Lexical structure
Tokens
Each source file is divided into tokens, starting from the beginning of the file.
Identifiers (id) are case sensitive. Some of them are reserved; see section Reserved words below.
id :: alpha alphanum+ alpha :: "a".."z" | "A".."Z" | "_" alphanum :: alpha | digit digit :: "0".."9"
Numeric literals (int and float) are entered in base 10. Floating point literals can optionally have a fractional part, separated with a dot, and an integer exponent, separated with the letter e. If the exponent is present, the numeric value before the exponent is multiplied by 10**e, where e is the numeric value of the exponent.
int :: digit+ float :: digit+ exponent | digit* "." digit+ [ exponent ] exponent :: ("e" | "E") ["+" | "-"] digit+
String literals (str) are entered within single or double quotes. The surrounding quotes are not part of the string value. Literal double quotes in double-quoted strings and literal single quotes in single-quoted strings must be duplicated.
str :: <"> (<any character except ", CR or LF> | <"> <">)* <"> | <'> (<any character except ', CR or LF> | <'> <'>)* <'>
A sequence of form \uHHHH within a string literal, where each H is a hexadecimal digit (0..9, a..f or A..F), is mapped to the character code represented by the hexadecimal number. Backslash characters are not special within string literals unless immediately followed by "u" and a 4-digit hexadecimal number.
Various non-alphanumeric operator and punctuator tokens are defined:
opsym :: "+" | "-" | "*" | "/" | "**" | ":" | "==" | "!=" | "<" | ">" | ">=" | "<=" punct :: "(" | ")" | "[" | "]" | "," | "=" | "+=" | "-=" | "*=" | "/=" | "**=" | "::"
Newlines and semicolons can be used as statement separators (br).

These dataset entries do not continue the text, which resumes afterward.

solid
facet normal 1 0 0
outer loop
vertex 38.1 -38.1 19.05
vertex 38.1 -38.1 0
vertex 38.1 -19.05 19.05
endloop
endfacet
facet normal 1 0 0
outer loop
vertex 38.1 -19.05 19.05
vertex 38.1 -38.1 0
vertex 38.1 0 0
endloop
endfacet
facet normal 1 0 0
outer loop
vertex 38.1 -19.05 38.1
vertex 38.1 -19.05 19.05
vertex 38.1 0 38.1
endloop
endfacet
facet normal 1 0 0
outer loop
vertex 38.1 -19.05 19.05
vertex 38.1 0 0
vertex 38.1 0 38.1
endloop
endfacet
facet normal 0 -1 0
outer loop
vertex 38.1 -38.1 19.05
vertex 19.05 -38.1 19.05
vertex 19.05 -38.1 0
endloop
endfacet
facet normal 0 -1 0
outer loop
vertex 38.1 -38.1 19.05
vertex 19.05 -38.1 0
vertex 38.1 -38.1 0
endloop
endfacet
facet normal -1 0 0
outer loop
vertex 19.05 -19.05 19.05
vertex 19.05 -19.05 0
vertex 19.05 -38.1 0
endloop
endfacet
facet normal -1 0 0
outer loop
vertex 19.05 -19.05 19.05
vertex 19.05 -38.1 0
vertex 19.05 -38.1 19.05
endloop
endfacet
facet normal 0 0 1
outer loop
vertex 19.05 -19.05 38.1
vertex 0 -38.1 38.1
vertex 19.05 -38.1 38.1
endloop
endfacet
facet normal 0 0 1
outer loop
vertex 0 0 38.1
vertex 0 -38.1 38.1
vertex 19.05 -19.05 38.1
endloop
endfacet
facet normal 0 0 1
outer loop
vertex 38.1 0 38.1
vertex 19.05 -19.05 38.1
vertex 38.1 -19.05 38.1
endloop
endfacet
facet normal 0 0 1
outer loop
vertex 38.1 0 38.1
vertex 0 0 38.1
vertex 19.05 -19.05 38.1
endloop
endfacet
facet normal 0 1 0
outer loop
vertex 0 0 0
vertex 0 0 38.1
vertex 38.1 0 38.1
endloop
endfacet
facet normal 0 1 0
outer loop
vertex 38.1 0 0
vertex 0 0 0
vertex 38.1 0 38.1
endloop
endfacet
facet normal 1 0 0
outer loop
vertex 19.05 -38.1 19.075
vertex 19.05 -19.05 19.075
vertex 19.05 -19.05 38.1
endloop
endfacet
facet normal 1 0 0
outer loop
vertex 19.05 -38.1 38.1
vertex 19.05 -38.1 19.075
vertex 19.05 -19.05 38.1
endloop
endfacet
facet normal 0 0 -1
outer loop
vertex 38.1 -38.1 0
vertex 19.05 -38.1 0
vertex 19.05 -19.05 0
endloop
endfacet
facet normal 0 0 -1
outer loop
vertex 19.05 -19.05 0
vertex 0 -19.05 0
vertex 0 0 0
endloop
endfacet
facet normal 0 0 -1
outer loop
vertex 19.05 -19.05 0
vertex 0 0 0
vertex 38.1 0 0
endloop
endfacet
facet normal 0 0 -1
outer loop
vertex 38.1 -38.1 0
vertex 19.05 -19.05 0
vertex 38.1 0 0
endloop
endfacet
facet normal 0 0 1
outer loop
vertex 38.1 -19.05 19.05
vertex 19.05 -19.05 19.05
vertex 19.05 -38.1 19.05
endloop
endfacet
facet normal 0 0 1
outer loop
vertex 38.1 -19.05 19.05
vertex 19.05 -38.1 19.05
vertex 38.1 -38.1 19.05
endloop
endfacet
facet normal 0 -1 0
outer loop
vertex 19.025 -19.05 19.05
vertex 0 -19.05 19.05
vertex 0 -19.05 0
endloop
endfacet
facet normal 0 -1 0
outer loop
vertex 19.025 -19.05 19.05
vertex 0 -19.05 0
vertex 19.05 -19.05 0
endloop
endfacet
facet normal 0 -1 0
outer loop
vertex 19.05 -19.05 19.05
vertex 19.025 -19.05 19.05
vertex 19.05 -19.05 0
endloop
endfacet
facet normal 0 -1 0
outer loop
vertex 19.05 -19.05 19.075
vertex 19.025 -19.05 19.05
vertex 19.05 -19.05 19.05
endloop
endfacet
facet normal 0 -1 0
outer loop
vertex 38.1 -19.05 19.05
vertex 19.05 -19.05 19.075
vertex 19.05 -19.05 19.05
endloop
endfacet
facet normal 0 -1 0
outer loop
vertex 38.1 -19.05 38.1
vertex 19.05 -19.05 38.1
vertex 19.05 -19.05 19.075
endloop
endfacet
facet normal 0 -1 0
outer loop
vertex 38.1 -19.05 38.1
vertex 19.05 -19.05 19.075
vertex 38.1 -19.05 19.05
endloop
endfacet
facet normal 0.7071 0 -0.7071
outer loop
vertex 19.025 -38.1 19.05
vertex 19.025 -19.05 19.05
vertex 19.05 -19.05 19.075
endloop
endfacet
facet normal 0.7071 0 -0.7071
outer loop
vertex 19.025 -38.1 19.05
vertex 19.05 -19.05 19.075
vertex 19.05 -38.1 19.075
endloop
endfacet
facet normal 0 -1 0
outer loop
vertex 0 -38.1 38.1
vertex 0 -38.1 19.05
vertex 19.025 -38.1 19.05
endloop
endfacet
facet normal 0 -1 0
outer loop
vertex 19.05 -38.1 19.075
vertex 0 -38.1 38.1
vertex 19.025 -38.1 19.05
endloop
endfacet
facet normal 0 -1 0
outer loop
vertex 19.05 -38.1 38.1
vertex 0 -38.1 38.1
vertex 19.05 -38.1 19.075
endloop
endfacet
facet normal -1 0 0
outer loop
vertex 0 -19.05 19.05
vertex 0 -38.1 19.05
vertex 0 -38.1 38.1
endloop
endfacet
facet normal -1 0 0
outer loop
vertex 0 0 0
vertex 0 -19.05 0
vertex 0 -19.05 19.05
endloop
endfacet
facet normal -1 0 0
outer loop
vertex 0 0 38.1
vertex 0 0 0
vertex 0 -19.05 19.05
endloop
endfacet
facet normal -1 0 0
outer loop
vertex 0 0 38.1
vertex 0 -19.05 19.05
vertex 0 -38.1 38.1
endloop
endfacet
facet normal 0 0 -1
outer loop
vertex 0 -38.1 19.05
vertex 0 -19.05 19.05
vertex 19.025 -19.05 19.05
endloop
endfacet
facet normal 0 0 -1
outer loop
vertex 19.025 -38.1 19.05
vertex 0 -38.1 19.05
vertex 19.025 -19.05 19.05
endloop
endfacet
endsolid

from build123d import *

# Parameters (mm, degrees)
F0_W     = 38.1
F0_H     = 38.1
F1_DEPTH = 19.05
F2_W     = 19.05
F2_H     = 19.05
F3_DEPTH = 19.05
F5_SIZE  = 0.0254
F4_W     = 19.05
F4_H     = 19.05
F6_DEPTH = 19.05


with BuildPart() as f1:
    # F0 (on Front) → F1 (new body)
    with BuildSketch(Plane.XZ):
        with Locations((19.05, 19.05)):
            Rectangle(F0_W, F0_H)
    extrude(amount=F1_DEPTH)

    # F2 (on face) → F3 (join)
    with BuildSketch(Plane.XZ.offset(19.05)):
        with Locations((9.525, 28.575)):
            Rectangle(F2_W, F2_H)
    extrude(amount=F3_DEPTH)

    # F5
    f5_edges = [f1.edges().sort_by_distance(p)[0] for p in [
        (19.05, -28.575, 19.05),
    ]]
    chamfer(f5_edges, length=F5_SIZE)

    # F4 (on face) → F6 (join)
    with BuildSketch(Plane.XZ.offset(19.05)):
        with Locations((28.575, 9.525)):
            Rectangle(F4_W, F4_H)
    extrude(amount=F6_DEPTH)


solid = f1.part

They are interchangeable. Repeated statement separators behave identically to a single statement separator.
br :: (newline | ";")+ newline :: <CR> <LF> | <LF> | <CR>
Whitespace and comments are ignored before and after tokens. Whitespace characters are optional, except between a token ending with an alphanumeric character and another token starting with an alphanumeric character, in which case they are required. Finally, there must be no whitespace characters before the initial-comment and utf8-bom tokens.
whitespace :: " " | <TAB> comment :: "--" <any character except CR or LF>*
An initial source line starting with #! is interpreted as a comment:
initial-comment :: "#!" <any character except CR or LF>*
The special utf8-bom token may be present at the start of UTF-8 encoded files:
utf8-bom :: <EF> <BB> <BF>
Joining lines
Newlines after the following tokens are interpreted as whitespace, not as statement separators:
+ - * / ** div mod and or : to is == != < <= >= ( [ = += -= *= /= **= ,
This can be used to divide long lines into multiple shorter lines.
A br token after a > token is ignored in expressions, but not in other contexts. This rule allows a type annotation to end with a '>' token, even when followed by a br token.
Reserved words
The following words are reserved and cannot be used as identifiers (i.e. as names of global or local definitions, as member names or as module name components):
and as bind break case class const def div dynamic elif else encoding end except finally for if implements import in interface is mod module nil not or private raise repeat return self super switch to try until var while
Restricted names
Module name components and names of global definitions starting with two underscores (__) are reserved for internal use by the implementation. The implementation may freely define such names for any purpose, but user programs should not depend on their presence or absence to remain portable with different Alore implementations.
Additionally, it is recommended that the following names not be used as the first component of a module name, since they are reserved for use in future releases of Alore:
alore argparse compiler crypt csv email fileutil ftp getpass httpserver json locale logging process queue readline serialize smtp sqlite ssl stack subprocess tempfile timezone traceback udp unicode url xml xmlrpc xmltree
It is likely that some of these names will never be used in any future Alore release. Future Alore releases may remove some names from this list; these changes are retroactively applied to all earlier Alore versions as well.
Source file encodings
Alore source files may be encoded in ASCII, UTF-8 or ISO-8859-1 (Latin 1). See section Encoding declaration for information on specifying the encoding of a source file.
All 7-bit character codes except CR and LF (10 and 13, respectively) can be used in comments and string literals, including null characters, independent of the source file encoding. Quotes, however, may have to be doubled within string literals.
In an ISO-8859-1 encoded source file, all character codes in range from 128 to 255, inclusive, can be used in comments and string literals. Similarly in a UTF-8 encoded source file, all valid UTF-8 sequences for code points between 128 and 65535, inclusive, can be used in comments and string literals. Any character code between 0 and 65535 can be entered in a string literal using the \uHHHH form, independent of the source file encoding.